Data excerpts
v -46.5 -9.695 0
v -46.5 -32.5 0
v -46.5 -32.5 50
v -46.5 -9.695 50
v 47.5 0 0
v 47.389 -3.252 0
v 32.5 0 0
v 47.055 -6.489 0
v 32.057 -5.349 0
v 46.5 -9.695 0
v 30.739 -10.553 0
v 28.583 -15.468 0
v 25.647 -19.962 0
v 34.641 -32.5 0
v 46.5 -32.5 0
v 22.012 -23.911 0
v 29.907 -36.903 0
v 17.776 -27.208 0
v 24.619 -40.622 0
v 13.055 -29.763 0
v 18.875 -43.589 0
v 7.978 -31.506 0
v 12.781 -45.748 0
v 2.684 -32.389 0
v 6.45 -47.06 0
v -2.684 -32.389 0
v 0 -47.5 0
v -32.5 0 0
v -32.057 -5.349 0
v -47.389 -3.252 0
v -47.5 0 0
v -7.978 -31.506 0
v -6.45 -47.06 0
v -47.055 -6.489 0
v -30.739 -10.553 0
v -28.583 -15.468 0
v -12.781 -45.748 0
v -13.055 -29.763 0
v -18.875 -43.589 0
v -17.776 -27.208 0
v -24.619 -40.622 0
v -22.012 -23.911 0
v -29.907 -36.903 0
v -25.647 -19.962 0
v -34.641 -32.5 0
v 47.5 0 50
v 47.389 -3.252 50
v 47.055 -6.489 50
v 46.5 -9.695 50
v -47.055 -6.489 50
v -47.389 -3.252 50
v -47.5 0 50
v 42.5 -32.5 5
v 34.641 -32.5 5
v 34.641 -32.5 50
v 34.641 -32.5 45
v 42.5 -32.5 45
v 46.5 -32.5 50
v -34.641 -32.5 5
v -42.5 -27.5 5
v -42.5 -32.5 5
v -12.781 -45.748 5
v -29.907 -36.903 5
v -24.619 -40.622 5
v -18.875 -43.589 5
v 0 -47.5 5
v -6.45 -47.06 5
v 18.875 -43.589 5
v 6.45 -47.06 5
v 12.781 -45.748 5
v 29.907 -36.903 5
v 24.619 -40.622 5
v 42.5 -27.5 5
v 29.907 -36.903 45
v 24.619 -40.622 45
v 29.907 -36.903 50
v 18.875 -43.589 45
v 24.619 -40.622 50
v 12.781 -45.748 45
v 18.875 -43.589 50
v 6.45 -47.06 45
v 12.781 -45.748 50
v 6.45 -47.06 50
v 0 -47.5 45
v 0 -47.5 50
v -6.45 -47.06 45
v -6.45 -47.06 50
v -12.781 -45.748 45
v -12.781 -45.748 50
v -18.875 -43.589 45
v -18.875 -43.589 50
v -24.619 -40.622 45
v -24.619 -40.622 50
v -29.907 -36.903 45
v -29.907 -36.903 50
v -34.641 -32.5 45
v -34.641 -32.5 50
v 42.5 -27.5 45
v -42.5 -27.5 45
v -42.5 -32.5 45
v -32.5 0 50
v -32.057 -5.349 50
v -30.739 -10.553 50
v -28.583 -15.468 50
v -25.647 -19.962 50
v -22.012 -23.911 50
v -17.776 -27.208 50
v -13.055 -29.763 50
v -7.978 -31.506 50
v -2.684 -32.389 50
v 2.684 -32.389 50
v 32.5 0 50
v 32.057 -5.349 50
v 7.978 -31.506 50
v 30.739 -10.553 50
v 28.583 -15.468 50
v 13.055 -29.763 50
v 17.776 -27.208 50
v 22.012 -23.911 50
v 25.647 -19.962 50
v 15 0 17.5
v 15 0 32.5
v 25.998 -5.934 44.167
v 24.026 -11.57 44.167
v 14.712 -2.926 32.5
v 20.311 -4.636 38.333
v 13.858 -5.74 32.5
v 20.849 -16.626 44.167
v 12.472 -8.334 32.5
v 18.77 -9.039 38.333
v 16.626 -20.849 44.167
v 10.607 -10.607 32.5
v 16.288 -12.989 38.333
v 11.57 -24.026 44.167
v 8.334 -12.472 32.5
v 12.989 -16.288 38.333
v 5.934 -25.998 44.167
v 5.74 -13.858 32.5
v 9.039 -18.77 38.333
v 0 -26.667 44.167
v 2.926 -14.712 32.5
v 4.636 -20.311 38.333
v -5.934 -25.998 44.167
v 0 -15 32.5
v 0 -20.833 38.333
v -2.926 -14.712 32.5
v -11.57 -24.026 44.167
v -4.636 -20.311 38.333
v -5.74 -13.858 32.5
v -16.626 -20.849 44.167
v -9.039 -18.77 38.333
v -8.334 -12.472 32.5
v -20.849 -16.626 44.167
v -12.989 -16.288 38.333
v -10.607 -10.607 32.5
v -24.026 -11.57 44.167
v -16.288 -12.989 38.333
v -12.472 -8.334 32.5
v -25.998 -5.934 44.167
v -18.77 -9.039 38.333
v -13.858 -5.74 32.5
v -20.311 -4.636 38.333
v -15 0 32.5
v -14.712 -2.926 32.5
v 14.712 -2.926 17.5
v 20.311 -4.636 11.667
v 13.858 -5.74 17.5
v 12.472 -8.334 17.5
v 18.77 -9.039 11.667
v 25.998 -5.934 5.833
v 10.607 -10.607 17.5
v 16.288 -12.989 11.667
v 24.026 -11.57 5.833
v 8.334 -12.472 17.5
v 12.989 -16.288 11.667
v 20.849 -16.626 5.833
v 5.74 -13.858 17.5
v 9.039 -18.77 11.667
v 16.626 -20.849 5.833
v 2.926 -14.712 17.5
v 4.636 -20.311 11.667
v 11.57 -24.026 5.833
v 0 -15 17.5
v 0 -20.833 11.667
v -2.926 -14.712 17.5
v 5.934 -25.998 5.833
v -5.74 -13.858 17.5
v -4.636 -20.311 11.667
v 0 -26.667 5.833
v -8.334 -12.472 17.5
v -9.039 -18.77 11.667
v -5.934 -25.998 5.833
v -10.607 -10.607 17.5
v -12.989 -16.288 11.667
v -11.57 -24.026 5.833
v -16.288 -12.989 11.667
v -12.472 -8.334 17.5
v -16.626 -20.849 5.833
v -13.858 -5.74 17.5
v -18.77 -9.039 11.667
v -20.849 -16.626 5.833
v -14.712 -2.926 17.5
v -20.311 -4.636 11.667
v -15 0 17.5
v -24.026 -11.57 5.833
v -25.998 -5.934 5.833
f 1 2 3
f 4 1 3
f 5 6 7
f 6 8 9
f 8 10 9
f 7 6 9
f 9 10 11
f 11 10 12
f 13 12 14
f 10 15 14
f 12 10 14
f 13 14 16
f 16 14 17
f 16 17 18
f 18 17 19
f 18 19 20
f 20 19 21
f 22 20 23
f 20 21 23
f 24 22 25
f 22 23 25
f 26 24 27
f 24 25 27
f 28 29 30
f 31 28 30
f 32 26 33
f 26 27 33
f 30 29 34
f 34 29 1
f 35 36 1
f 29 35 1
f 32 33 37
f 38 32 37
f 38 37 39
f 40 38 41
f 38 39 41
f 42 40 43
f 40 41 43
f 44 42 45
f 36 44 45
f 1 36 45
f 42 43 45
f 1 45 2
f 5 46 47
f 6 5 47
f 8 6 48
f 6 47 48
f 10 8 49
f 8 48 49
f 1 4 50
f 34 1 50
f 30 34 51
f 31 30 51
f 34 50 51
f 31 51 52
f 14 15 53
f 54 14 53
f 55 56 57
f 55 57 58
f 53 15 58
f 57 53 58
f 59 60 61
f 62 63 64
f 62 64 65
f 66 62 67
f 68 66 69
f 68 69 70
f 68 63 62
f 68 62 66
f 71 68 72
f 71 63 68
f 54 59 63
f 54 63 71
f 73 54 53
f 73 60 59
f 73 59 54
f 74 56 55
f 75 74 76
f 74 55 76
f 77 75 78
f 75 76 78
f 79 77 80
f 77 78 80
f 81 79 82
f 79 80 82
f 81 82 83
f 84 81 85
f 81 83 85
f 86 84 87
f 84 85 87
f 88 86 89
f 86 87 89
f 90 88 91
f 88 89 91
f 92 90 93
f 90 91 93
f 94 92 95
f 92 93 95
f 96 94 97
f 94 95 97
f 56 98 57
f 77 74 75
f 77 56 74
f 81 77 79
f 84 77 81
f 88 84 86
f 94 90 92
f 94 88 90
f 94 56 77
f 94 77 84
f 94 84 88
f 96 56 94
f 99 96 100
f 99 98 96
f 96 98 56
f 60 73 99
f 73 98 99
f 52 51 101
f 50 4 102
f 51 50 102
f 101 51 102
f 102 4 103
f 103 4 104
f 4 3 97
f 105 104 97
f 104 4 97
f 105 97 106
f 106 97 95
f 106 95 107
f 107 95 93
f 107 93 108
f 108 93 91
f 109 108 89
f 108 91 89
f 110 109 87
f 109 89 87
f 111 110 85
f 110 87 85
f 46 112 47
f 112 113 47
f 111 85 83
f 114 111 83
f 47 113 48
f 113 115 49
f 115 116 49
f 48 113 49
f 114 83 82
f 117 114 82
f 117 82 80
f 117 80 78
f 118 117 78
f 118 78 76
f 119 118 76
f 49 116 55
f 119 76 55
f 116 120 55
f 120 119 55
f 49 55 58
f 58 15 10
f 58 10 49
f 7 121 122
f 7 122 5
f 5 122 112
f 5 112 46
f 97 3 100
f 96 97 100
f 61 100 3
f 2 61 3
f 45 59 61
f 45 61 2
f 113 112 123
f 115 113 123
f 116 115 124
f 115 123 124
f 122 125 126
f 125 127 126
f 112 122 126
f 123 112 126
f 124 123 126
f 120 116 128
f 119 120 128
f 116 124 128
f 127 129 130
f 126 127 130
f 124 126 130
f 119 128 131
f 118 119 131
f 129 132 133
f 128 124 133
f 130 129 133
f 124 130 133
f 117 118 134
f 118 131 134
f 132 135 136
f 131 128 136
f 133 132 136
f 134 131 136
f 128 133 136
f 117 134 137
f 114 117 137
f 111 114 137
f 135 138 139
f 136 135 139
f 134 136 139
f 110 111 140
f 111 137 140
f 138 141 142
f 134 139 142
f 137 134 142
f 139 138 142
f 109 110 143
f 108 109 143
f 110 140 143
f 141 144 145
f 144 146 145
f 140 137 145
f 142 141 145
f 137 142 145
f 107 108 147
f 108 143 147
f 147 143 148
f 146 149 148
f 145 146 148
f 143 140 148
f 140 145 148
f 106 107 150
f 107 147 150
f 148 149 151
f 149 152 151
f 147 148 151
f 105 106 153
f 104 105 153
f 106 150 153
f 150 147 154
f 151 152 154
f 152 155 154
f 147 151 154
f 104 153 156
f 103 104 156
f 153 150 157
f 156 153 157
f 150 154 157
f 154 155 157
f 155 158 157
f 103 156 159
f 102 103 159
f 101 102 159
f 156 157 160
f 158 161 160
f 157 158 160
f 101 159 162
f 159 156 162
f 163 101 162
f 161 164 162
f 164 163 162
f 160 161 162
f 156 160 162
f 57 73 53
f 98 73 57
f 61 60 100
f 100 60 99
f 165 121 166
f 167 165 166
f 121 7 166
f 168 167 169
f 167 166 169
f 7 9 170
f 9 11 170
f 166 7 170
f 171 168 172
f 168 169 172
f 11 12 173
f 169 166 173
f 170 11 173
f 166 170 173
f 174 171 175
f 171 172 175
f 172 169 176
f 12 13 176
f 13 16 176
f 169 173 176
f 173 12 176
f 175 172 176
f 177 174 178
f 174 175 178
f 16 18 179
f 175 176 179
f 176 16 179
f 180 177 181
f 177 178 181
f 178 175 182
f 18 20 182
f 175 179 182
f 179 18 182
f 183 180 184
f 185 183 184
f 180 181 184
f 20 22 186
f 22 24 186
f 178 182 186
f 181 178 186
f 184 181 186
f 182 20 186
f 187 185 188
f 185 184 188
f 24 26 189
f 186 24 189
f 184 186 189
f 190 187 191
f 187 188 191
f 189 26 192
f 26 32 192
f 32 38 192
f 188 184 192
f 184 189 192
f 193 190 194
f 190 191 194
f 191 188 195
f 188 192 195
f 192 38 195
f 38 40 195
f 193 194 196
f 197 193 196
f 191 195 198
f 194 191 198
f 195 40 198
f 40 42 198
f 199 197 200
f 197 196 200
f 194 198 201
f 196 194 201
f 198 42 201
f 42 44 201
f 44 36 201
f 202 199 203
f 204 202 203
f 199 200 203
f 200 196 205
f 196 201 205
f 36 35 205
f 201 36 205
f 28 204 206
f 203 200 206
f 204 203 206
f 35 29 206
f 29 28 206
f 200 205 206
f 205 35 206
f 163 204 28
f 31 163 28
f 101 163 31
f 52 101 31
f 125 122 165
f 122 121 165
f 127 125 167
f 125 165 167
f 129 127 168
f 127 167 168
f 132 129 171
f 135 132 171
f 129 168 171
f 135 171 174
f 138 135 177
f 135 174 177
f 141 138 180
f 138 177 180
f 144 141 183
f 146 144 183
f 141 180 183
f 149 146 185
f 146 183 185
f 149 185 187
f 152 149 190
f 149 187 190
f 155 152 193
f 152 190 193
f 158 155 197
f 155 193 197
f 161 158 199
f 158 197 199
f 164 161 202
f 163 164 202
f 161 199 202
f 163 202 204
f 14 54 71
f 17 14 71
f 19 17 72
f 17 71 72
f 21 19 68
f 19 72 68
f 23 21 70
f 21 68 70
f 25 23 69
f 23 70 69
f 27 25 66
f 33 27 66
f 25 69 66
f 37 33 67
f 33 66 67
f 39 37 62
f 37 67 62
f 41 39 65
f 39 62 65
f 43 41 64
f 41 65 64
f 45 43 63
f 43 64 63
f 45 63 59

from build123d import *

# Parameters (mm, degrees)
SKETCH006_AS_DRAWN_W                 = 85
SKETCH006_AS_DRAWN_H                 = 40
EXTRUDE002_DEPTH                     = 80
EXTRUDE002_ONTO_SKETCH006_ROLL_ANGLE = 90
SKETCH005_R                          = 39.095168
EXTRUDE001_DEPTH                     = 60
EXTRUDE_DEPTH                        = 5
SKETCH004_W                          = 93
SKETCH004_H                          = 50
PAD_DEPTH                            = 20
REVOLUTION_ANGLE                     = -180


with BuildPart() as extrude002:
    # Sketch006 as drawn → Extrude002 (new)
    with BuildSketch(Plane.XY):
        with Locations((0, 25)):
            Rectangle(SKETCH006_AS_DRAWN_W, SKETCH006_AS_DRAWN_H)
    extrude(amount=EXTRUDE002_DEPTH)


with BuildPart() as extrude002_1:
    # Extrude002 onto Sketch006 roll: moved
    add(extrude002.part.rotate(Axis((0, 0, 0), (1, 0, 0)), EXTRUDE002_ONTO_SKETCH006_ROLL_ANGLE))


with BuildPart() as extrude002_2:
    # Extrude002 onto Sketch006 placement: moved
    add(extrude002_1.part.moved(Location((0, -27.5, 0))))


with BuildPart() as extrude001:
    # Sketch005 → Extrude001 (new body)
    with BuildSketch(Plane(origin=(0, 0, 0), x_dir=(1, 0, 0), z_dir=(0, 0, -1))):
        Circle(SKETCH005_R)
    extrude(amount=-EXTRUDE001_DEPTH)


with BuildPart() as cut:
    # Sketch003 → Extrude (new body)
    with BuildSketch(Plane(origin=(-42.5, -27.5, 45), x_dir=(0, 0, 1), z_dir=(0, 1, 0))):
        Polygon((0, 64), (5, 64), (5, 89), (-45, 89), (-45, 64), (-40, 64), (-40, 85), (0, 85), align=None)
        Polygon((0, 21), (5, 21), (5, -4), (-45, -4), (-45, 21), (-40, 21), (-40, 0), (0, 0), align=None)
    extrude(amount=-EXTRUDE_DEPTH)

    # Sketch004 → Pad (new body)
    with BuildSketch(Plane(origin=(0, -27.5, 0), x_dir=(-1, 0, 0), z_dir=(0, 1, 0))):
        with Locations((0, 25)):
            Rectangle(SKETCH004_W, SKETCH004_H)
    extrude(amount=PAD_DEPTH)

    # Cut: cut Extrude001
    add(extrude001.part, mode=Mode.SUBTRACT)


with BuildPart() as cut001:
    # Sketch → Revolution (revolve)
    with BuildSketch(Plane.XZ):
        Polygon((32.5, 50), (15, 32.5), (15, 17.5), (32.5, 0), (47.5, 0), (47.5, 50), align=None)
    revolve(axis=Axis((0, 0, 0), (0, 0, 1)), revolution_arc=REVOLUTION_ANGLE)

    # Fusion: union Cut
    add(cut.part)

    # Cut001: cut Extrude002
    add(extrude002_2.part, mode=Mode.SUBTRACT)


solid = cut001.part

**Task item**
Please, from the entries above, set down exactly the lines from the one containing "f 119 76 55" through the one containing "f 129 132 133", and only those.

**Worked solution**
f 119 76 55
f 116 120 55
f 120 119 55
f 49 55 58
f 58 15 10
f 58 10 49
f 7 121 122
f 7 122 5
f 5 122 112
f 5 112 46
f 97 3 100
f 96 97 100
f 61 100 3
f 2 61 3
f 45 59 61
f 45 61 2
f 113 112 123
f 115 113 123
f 116 115 124
f 115 123 124
f 122 125 126
f 125 127 126
f 112 122 126
f 123 112 126
f 124 123 126
f 120 116 128
f 119 120 128
f 116 124 128
f 127 129 130
f 126 127 130
f 124 126 130
f 119 128 131
f 118 119 131
f 129 132 133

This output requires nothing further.